Work order: After locating the line that contains "v 49.232 14.067 3.175" in the records below, write out exactly that line and each line after it through the one that contains "v 117.887 11.207 3.175", and nothing else.

Supplied records:

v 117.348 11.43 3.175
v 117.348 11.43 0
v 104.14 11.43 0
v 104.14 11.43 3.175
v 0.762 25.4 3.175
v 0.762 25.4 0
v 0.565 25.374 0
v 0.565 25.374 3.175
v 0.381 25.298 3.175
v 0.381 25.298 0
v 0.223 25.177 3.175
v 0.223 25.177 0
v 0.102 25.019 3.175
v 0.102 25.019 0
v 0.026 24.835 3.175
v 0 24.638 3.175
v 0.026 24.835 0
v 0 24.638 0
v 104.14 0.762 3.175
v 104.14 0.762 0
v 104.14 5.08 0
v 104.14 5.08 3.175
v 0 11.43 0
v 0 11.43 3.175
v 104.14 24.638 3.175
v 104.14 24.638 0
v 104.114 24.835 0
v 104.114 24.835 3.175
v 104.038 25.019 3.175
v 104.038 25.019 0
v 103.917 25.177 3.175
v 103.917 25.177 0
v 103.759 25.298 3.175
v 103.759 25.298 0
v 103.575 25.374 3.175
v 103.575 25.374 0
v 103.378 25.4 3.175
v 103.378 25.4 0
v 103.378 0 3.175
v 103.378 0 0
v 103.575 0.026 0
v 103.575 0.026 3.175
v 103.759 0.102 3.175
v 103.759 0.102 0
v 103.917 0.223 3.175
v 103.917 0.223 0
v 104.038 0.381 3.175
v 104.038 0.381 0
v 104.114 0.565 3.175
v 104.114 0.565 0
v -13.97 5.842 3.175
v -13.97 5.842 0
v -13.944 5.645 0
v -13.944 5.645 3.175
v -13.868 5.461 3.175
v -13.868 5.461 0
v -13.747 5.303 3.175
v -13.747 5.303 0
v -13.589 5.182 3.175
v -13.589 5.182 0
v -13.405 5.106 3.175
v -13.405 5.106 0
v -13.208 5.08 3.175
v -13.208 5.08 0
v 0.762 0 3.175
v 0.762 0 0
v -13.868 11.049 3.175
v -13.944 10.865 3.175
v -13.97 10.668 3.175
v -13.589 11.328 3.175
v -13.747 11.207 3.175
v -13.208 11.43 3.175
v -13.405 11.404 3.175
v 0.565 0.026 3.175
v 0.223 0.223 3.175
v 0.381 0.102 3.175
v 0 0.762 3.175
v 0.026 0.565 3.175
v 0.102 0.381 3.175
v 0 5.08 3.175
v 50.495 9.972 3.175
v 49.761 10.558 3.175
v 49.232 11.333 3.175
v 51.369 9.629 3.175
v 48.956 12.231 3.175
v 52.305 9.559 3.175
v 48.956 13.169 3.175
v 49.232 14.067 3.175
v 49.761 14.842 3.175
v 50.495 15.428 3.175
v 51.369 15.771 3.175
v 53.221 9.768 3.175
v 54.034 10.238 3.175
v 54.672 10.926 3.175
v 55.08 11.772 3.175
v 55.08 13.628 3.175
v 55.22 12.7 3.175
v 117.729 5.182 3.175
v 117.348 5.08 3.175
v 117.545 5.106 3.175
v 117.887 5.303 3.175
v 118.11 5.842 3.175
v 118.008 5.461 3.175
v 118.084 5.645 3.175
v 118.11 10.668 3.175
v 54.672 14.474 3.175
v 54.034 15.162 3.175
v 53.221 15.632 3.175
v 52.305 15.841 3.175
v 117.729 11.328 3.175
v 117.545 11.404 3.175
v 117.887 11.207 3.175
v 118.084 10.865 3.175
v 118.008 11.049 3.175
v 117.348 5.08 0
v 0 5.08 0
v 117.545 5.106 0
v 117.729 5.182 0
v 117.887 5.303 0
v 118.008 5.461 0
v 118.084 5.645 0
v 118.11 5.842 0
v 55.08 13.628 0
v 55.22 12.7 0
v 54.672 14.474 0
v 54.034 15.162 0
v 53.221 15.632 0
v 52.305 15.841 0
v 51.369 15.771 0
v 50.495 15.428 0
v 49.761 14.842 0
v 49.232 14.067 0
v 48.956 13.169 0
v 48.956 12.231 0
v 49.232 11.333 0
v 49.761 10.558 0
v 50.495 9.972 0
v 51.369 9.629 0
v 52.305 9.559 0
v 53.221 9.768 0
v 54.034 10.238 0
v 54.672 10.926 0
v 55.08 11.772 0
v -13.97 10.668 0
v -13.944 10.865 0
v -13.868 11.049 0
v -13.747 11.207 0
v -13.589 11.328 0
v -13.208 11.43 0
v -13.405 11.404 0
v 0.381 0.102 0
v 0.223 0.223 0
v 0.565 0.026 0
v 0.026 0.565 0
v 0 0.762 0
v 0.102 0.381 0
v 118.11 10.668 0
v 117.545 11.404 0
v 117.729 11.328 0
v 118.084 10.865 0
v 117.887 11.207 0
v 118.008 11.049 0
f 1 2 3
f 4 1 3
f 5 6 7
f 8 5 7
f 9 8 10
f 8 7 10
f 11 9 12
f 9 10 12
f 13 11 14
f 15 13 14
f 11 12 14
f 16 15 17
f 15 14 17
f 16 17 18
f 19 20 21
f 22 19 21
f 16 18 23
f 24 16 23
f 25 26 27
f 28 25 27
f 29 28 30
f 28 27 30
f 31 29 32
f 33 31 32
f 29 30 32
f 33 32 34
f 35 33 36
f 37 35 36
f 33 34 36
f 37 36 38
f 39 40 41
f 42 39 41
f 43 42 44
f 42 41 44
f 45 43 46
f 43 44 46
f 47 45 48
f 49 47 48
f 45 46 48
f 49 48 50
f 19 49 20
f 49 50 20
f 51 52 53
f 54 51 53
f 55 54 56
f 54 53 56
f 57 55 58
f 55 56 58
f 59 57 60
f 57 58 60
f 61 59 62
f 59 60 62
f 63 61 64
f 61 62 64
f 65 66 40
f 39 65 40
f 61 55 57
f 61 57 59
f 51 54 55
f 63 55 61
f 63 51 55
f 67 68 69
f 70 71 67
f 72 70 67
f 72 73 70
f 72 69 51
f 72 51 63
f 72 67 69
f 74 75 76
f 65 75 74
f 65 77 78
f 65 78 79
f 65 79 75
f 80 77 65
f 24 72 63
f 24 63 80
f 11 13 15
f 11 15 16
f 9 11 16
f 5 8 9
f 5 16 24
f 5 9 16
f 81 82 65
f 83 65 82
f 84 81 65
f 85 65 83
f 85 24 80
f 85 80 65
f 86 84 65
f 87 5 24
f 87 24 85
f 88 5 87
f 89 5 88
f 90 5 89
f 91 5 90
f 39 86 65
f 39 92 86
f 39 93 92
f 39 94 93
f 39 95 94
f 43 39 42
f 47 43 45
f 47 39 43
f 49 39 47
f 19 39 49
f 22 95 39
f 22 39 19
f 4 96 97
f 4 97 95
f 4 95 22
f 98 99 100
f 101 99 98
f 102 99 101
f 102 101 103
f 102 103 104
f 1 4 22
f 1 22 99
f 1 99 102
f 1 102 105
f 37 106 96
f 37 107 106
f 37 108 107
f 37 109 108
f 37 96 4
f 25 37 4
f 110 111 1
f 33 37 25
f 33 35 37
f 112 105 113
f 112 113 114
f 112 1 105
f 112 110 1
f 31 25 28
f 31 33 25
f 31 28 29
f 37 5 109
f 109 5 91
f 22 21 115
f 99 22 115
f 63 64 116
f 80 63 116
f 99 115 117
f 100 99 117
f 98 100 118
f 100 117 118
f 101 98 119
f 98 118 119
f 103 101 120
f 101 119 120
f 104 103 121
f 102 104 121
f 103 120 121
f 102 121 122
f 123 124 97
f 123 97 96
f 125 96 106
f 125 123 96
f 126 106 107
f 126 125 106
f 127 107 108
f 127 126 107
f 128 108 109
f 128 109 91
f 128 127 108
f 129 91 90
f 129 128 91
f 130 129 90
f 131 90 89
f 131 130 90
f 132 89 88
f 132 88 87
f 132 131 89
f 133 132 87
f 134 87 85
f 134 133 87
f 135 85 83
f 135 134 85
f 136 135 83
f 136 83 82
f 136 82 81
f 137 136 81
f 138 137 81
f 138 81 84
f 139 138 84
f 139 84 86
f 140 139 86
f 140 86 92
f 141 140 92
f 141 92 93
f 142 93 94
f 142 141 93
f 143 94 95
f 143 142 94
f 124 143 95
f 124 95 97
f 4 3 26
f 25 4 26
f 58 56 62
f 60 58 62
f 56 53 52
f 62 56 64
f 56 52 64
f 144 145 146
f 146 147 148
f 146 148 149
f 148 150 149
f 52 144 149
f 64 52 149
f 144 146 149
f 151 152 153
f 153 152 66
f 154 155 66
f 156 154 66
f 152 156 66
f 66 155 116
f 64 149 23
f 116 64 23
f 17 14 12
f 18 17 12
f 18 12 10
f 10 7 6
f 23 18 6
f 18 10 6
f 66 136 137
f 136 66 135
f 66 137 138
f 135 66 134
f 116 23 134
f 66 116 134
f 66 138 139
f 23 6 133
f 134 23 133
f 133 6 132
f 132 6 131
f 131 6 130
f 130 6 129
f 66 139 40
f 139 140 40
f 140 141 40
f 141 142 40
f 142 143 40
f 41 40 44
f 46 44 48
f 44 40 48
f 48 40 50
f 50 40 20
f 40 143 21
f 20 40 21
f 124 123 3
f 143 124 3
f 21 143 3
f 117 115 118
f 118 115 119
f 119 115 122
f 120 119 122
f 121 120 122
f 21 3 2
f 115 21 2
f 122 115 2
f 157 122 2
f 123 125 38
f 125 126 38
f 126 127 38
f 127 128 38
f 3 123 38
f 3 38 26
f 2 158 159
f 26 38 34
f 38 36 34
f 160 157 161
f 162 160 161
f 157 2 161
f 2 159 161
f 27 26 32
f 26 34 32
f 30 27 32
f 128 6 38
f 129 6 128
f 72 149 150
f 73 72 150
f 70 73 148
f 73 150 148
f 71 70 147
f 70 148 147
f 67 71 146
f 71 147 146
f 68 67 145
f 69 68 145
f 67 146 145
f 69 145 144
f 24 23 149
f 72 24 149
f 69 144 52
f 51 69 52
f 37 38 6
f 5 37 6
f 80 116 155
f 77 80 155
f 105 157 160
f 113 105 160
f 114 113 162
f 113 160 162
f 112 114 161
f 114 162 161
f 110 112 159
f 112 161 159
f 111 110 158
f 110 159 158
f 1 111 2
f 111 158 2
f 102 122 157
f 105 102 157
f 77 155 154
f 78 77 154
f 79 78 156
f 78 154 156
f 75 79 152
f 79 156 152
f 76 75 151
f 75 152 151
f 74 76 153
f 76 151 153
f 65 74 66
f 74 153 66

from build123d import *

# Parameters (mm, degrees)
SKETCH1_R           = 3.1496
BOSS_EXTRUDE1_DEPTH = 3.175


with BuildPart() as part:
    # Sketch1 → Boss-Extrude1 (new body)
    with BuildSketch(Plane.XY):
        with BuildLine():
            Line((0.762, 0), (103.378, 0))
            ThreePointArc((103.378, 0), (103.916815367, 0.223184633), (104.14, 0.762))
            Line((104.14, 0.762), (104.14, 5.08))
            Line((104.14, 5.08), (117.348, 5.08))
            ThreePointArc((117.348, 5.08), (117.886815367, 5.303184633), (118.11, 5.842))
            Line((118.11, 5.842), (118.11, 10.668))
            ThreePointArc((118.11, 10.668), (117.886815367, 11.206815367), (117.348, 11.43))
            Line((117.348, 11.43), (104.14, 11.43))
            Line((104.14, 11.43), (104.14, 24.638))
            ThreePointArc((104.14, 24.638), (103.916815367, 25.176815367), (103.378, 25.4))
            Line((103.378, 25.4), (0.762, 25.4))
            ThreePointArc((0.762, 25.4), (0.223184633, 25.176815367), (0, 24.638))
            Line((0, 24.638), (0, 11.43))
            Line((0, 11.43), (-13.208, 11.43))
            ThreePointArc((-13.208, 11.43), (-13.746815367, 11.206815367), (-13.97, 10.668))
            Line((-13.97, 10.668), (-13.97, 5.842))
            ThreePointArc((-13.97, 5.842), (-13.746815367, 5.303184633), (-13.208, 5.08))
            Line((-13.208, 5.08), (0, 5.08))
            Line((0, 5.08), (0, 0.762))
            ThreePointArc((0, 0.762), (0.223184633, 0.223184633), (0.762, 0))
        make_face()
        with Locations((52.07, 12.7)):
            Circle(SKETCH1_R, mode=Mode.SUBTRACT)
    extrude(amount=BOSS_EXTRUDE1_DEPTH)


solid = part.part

==

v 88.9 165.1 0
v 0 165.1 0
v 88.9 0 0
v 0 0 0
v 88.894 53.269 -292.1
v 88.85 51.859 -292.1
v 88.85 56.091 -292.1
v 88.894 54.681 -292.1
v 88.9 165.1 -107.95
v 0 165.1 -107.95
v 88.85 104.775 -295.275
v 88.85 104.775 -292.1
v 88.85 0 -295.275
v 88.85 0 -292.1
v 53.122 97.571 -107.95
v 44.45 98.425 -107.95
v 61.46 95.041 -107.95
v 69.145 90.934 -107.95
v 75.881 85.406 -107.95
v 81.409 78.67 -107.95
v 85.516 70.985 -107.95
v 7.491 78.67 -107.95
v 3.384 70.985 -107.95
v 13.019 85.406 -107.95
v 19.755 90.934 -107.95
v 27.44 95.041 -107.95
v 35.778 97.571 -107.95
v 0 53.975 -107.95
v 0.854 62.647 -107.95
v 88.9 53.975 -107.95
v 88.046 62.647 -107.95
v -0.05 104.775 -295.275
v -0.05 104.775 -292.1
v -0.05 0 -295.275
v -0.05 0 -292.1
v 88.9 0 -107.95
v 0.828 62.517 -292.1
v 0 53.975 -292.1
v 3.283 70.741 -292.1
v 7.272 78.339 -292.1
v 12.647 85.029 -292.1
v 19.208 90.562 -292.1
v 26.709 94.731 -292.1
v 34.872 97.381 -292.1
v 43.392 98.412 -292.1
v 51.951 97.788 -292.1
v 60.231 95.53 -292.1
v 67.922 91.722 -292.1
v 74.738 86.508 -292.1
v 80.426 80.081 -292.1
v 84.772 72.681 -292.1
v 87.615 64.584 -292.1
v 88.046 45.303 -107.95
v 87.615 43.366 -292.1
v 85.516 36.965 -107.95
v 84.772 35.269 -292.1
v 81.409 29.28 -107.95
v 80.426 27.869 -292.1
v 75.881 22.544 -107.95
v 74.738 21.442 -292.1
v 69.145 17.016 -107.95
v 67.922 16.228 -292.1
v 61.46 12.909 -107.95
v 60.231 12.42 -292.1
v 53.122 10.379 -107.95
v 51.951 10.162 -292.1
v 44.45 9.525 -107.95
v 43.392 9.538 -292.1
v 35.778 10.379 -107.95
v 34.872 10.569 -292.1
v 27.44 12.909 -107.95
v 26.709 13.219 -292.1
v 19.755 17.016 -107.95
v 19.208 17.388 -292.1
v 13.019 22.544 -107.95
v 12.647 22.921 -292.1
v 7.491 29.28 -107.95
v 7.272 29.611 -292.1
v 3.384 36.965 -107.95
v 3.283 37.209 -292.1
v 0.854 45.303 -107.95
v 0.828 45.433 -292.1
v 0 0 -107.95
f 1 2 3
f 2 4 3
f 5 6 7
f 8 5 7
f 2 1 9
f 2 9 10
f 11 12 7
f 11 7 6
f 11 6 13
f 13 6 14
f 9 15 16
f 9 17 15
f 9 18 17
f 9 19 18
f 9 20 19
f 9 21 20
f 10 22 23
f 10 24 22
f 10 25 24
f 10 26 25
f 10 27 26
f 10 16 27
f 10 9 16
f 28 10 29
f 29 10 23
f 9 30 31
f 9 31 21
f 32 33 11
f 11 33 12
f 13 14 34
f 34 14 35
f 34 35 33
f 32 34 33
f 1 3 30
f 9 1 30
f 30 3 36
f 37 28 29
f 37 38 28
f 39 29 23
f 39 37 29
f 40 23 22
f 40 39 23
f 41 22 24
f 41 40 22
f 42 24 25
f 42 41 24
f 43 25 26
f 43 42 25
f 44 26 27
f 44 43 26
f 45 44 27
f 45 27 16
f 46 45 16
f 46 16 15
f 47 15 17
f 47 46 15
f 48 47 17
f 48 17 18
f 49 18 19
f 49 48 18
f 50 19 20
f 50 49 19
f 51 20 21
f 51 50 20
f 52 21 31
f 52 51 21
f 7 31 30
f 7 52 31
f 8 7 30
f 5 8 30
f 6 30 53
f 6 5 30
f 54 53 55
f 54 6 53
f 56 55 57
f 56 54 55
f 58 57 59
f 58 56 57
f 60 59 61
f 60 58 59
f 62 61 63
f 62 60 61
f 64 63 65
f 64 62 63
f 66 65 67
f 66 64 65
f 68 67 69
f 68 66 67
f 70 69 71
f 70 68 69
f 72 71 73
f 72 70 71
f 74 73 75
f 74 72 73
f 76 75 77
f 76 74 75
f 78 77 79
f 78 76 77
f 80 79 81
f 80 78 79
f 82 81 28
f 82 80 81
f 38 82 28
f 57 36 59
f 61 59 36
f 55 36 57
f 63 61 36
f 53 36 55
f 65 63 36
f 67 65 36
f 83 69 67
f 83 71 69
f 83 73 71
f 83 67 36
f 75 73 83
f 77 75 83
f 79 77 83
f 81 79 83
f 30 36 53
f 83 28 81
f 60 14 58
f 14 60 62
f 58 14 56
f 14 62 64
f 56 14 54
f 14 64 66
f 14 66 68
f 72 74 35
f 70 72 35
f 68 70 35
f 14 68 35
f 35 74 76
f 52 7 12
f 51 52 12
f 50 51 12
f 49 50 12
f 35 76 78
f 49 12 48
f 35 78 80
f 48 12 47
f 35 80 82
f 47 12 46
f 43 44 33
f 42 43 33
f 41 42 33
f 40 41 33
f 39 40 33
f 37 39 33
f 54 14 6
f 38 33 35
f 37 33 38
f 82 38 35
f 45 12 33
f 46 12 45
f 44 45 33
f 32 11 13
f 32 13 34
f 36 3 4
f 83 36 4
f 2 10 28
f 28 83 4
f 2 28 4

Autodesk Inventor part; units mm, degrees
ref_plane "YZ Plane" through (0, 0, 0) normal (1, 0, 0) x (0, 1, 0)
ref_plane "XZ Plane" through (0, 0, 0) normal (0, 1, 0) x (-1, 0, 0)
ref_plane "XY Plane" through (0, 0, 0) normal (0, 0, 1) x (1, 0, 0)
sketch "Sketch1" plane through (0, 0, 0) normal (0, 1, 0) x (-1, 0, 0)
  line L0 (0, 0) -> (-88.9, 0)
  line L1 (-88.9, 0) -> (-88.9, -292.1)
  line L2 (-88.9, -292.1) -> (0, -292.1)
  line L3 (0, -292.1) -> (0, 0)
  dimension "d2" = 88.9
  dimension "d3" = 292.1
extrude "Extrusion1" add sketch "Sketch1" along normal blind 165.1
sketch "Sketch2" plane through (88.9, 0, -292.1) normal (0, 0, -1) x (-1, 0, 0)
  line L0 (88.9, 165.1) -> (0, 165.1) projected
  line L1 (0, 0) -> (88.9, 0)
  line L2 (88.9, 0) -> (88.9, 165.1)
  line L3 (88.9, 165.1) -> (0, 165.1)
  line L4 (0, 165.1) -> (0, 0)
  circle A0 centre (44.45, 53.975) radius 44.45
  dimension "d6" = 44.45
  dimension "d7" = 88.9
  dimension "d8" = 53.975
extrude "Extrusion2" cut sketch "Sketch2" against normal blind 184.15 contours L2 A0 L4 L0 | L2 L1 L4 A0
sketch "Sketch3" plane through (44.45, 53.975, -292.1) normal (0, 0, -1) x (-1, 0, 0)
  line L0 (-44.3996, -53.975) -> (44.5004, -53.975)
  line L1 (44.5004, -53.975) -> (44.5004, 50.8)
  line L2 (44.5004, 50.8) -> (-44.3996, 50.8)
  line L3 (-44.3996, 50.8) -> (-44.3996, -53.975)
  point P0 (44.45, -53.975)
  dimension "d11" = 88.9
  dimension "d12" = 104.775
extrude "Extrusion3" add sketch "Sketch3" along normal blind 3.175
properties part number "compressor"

--

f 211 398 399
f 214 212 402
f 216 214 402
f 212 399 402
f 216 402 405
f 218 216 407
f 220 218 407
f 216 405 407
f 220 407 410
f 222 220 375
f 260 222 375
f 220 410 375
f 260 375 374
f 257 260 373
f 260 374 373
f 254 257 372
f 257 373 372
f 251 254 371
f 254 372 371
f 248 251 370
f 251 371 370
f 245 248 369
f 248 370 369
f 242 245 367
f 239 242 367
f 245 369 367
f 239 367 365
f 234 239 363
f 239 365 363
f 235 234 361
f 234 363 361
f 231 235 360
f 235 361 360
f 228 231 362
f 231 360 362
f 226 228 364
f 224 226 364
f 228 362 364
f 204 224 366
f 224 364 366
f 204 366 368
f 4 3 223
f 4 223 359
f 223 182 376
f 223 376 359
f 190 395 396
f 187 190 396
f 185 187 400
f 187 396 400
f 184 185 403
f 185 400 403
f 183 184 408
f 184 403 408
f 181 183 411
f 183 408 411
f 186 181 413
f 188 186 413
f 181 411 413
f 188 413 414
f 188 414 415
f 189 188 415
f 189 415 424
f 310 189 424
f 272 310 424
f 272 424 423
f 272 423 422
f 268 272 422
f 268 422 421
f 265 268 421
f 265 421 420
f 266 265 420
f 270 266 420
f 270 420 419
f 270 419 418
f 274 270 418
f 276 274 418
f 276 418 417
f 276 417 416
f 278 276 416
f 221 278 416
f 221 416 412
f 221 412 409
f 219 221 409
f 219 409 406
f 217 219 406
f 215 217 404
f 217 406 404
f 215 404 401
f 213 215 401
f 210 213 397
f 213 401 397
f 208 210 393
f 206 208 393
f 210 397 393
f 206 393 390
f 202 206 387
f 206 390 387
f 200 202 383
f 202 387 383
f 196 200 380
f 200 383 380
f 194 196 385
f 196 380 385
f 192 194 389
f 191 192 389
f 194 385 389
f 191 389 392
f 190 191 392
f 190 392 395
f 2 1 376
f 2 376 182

Response:
v 49.232 14.067 3.175
v 49.761 14.842 3.175
v 50.495 15.428 3.175
v 51.369 15.771 3.175
v 53.221 9.768 3.175
v 54.034 10.238 3.175
v 54.672 10.926 3.175
v 55.08 11.772 3.175
v 55.08 13.628 3.175
v 55.22 12.7 3.175
v 117.729 5.182 3.175
v 117.348 5.08 3.175
v 117.545 5.106 3.175
v 117.887 5.303 3.175
v 118.11 5.842 3.175
v 118.008 5.461 3.175
v 118.084 5.645 3.175
v 118.11 10.668 3.175
v 54.672 14.474 3.175
v 54.034 15.162 3.175
v 53.221 15.632 3.175
v 52.305 15.841 3.175
v 117.729 11.328 3.175
v 117.545 11.404 3.175
v 117.887 11.207 3.175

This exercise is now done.